PERHATIKAN YANG BERPANAH BIRU. Jika anda perhatikan bukankah secara tulisan berbeda dengan tulisan lainnya. Tulisan itu adalah huruf Paleo Ibrani kuno sebelum penawanan di Babel. Ini menunjukkan adanya pemalsuan disitu. Tidak diketahu pasti apa empat huruf itu, apakah YHWH atau YHVH. Titik lain adalah fakta bahwa tidak ada huruf "W" dalam abjad Ibrani. Surat ini bukan Paleo Ibrani untuk V atau W. Lalu apakah huruf ketiga? 

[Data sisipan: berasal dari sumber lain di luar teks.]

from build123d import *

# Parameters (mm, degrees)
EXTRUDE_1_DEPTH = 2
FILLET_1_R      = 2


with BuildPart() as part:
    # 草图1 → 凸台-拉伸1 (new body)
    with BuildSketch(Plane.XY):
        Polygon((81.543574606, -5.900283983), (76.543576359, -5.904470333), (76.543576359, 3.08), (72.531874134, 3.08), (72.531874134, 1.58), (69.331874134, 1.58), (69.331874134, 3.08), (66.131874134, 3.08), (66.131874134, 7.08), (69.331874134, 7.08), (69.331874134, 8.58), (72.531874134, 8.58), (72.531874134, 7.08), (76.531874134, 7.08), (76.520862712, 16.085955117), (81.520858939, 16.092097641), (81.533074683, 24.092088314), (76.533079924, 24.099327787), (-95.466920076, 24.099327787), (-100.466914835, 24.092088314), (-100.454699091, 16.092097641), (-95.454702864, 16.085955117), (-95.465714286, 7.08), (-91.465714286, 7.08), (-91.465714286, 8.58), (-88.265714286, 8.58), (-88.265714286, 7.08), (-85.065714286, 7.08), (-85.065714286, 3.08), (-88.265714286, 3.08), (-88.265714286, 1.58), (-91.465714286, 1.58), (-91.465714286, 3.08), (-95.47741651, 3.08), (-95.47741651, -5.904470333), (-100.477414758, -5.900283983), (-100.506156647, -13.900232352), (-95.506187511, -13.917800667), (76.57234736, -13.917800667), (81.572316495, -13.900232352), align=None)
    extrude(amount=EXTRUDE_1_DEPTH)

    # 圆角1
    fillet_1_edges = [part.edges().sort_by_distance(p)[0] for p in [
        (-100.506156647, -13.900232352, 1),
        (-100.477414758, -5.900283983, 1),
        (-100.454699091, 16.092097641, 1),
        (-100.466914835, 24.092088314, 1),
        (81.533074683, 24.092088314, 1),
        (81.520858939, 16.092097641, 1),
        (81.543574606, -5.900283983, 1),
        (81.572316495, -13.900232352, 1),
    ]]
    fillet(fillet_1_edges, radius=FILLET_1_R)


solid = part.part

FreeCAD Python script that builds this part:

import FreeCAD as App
import Part
import Sketcher
from FreeCAD import Vector
Q = App.Units.Quantity


def edges_at(feature, points):
    """Names of the edges that pass closest to the given points."""
    edges = feature.Shape.Edges
    near = lambda p: min(range(len(edges)), key=lambda i: edges[i].distToShape(Part.Vertex(*p))[0])
    return sorted({f"Edge{near(p) + 1}" for p in points})


def add_polygon(sketch, points):
    """Adds a closed chain of lines whose ends are joined by coincident constraints."""
    first, n = sketch.GeometryCount, len(points)
    for a, b in zip(points, points[1:] + points[:1]):
        sketch.addGeometry(Part.LineSegment(App.Vector(*a, 0), App.Vector(*b, 0)), False)
    for i in range(n):
        sketch.addConstraint(Sketcher.Constraint("Coincident", first + i, 2, first + (i + 1) % n, 1))

doc = App.newDocument("Part")
body = doc.addObject("PartDesign::Body", "Body")

# Sketch on XY plane
sketch1 = body.newObject("Sketcher::SketchObject", "Sketch")
sketch1.AttachmentSupport = (doc.getObject("XY_Plane"), [""])
sketch1.MapMode = "FlatFace"
add_polygon(sketch1, [(81.5, -5.9), (76.5, -5.9), (76.5, 3.1), (72.5, 3.1), (72.5, 1.6), (69.3, 1.6), (69.3, 3.1), (66.1, 3.1), (66.1, 7.1), (69.3, 7.1), (69.3, 8.6), (72.5, 8.6), (72.5, 7.1), (76.5, 7.1), (76.5, 16.1), (81.5, 16.1), (81.5, 24.1), (76.5, 24.1), (-95.5, 24.1), (-100.5, 24.1), (-100.5, 16.1), (-95.5, 16.1), (-95.5, 7.1), (-91.5, 7.1), (-91.5, 8.6), (-88.3, 8.6), (-88.3, 7.1), (-85.1, 7.1), (-85.1, 3.1), (-88.3, 3.1), (-88.3, 1.6), (-91.5, 1.6), (-91.5, 3.1), (-95.5, 3.1), (-95.5, -5.9), (-100.5, -5.9), (-100.5, -13.9), (-95.5, -13.9), (76.6, -13.9), (81.6, -13.9)])  # lines 0-39
sketch1.addConstraint([
    Sketcher.Constraint("Vertical", 1),
    Sketcher.Constraint("Horizontal", 2),
    Sketcher.Constraint("Vertical", 3),
    Sketcher.Constraint("Horizontal", 4),
    Sketcher.Constraint("Vertical", 5),
    Sketcher.Constraint("Horizontal", 6),
    Sketcher.Constraint("Vertical", 7),
    Sketcher.Constraint("Horizontal", 8),
    Sketcher.Constraint("Vertical", 9),
    Sketcher.Constraint("Horizontal", 10),
    Sketcher.Constraint("Vertical", 11),
    Sketcher.Constraint("Horizontal", 12),
    Sketcher.Constraint("Horizontal", 17),
    Sketcher.Constraint("Horizontal", 22),
    Sketcher.Constraint("Vertical", 23),
    Sketcher.Constraint("Horizontal", 24),
    Sketcher.Constraint("Vertical", 25),
    Sketcher.Constraint("Horizontal", 26),
    Sketcher.Constraint("Vertical", 27),
    Sketcher.Constraint("Horizontal", 28),
    Sketcher.Constraint("Vertical", 29),
    Sketcher.Constraint("Horizontal", 30),
    Sketcher.Constraint("Vertical", 31),
    Sketcher.Constraint("Horizontal", 32),
    Sketcher.Constraint("Vertical", 33),
    Sketcher.Constraint("Horizontal", 37),
    Sketcher.Constraint("Horizontal", 2, 2, 5, 2),
    Sketcher.Constraint("Horizontal", 8, 2, 11, 2),
    Sketcher.Constraint("Horizontal", 15, 2, 18, 2),
    Sketcher.Constraint("Horizontal", 14, 2, 19, 2),
    Sketcher.Constraint("Horizontal", 13, 2, 20, 2),
    Sketcher.Constraint("Horizontal", 12, 2, 21, 2),
    Sketcher.Constraint("Horizontal", 10, 2, 23, 2),
    Sketcher.Constraint("Horizontal", 22, 2, 25, 2),
    Sketcher.Constraint("Horizontal", 6, 2, 27, 2),
    Sketcher.Constraint("Horizontal", 4, 2, 29, 2),
    Sketcher.Constraint("Horizontal", 28, 2, 31, 2),
    Sketcher.Constraint("Horizontal", 0, 2, 33, 2),
    Sketcher.Constraint("Horizontal", 35, 2, 38, 2),
    Sketcher.Constraint("Horizontal", 34, 2, 39, 2),
    Sketcher.Constraint("Vertical", 5, 2, 8, 2),
    Sketcher.Constraint("Vertical", 3, 2, 10, 2),
    Sketcher.Constraint("Vertical", 25, 2, 28, 2),
    Sketcher.Constraint("Vertical", 23, 2, 30, 2),
    Sketcher.Constraint("Equal", 4, 6),
    Sketcher.Constraint("Equal", 12, 22),
    Sketcher.Constraint("Equal", 10, 24),
    Sketcher.Constraint("Equal", 24, 26),
    Sketcher.Constraint("Equal", 2, 32),
    Sketcher.Constraint("Equal", 22, 7),
    Sketcher.Constraint("Equal", 5, 9),
    Sketcher.Constraint("Equal", 0, 14),
    Sketcher.Constraint("Equal", 14, 16),
    Sketcher.Constraint("Equal", 16, 18),
    Sketcher.Constraint("Equal", 18, 20),
    Sketcher.Constraint("Equal", 20, 34),
    Sketcher.Constraint("Equal", 19, 35),
    Sketcher.Constraint("Equal", 34, 36),
    Sketcher.Constraint("Equal", 36, 38),
    Sketcher.Constraint("DistanceX", 12, 1, 12, 2, Q("4 mm")),
    Sketcher.Constraint("DistanceX", 17, 2, 17, 1, Q("172 mm")),
    Sketcher.Constraint("Distance", 0, Q("5 mm")),
    Sketcher.Constraint("Distance", 15, Q("8 mm")),
    Sketcher.Constraint("Distance", 39, Q("8 mm")),
    Sketcher.Constraint("DistanceX", 4, 2, 4, 1, Q("3.2 mm")),
    Sketcher.Constraint("DistanceY", 3, 2, 3, 1, Q("1.5 mm")),
    Sketcher.Constraint("DistanceY", -1, 1, 1, 2, Q("3.08 mm")),
    Sketcher.Constraint("DistanceY", 1, 1, 1, 2, Q("8.98447 mm")),
    Sketcher.Constraint("DistanceX", 19, 2, -1, 1, Q("100.454699 mm")),
    Sketcher.Constraint("DistanceY", 36, 2, -1, 1, Q("13.917801 mm")),
    Sketcher.Constraint("DistanceX", 12, 2, 15, 2, Q("5.001201 mm")),
    Sketcher.Constraint("DistanceX", 18, 2, 21, 2, Q("5.001201 mm")),
    Sketcher.Constraint("DistanceX", 34, 2, 30, 2, Q("9.0117 mm")),
    Sketcher.Constraint("Distance", 13, Q("9.005962 mm")),
    Sketcher.Constraint("DistanceX", 37, 1, 37, 2, Q("172.078535 mm")),
    Sketcher.Constraint("DistanceX", -1, 1, 14, 2, Q("81.520859 mm")),
    Sketcher.Constraint("DistanceY", -1, 1, 15, 2, Q("24.092088 mm")),
    Sketcher.Constraint("DistanceX", -1, 1, 16, 2, Q("76.53308 mm")),
    Sketcher.Constraint("DistanceY", 15, 2, 16, 2, Q("0.007239 mm")),
    Sketcher.Constraint("DistanceY", 36, 2, 35, 2, Q("0.017568 mm")),
])
pad1 = body.newObject("PartDesign::Pad", "Pad")
pad1.Profile = sketch1
pad1.Length = 2
doc.recompute()

fillet = body.newObject("PartDesign::Fillet", "Fillet")
fillet.Base = (pad1, edges_at(pad1, [
    (-100.506, -13.9, 1),
    (-100.477, -5.9, 1),
    (-100.455, 16.092, 1),
    (-100.467, 24.092, 1),
    (81.533, 24.092, 1),
    (81.521, 16.092, 1),
    (81.544, -5.9, 1),
    (81.572, -13.9, 1),
]))
fillet.Radius = 2

doc.recompute()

                                                              


Lihatlah huruf merah ke dibawah dan bandingkan dengan huruf ketiga ke kiri diatas. Mereka TIDAK sama.
 

Jadi huruf apa yang dilewatkan pada huruf ke tiga?. Apakah V atau W?. Sepertinya itu S. jadi huruf diatas kemungkinan IHSH ==> IEHSHU==>IEHSHUS, aturan tatabahasa bahwa I diikuti vokal menjadi J maka menjadi JEHSHUS==>JESUS. Dengan demikian ada yang sengaja mengganti IHSH dengan YHVH atau YHWH.

Dari pemahamanku, kedua-duanya sama-sama memalsu tulisan aslinya. Karena di Mazmur 119:59-64 tertuju ke Tuhan yang sejati (Elohim), bukan Yesus atau Yahweh.

Yesus berteriak : “Eloi, Eloi, lama sabakhtani?” Artinya: Allah-Ku, Allah-Ku, mengapa Engkau meninggalkan Aku?” (Mt 27:46; Mk 15:34; Lk 23:46).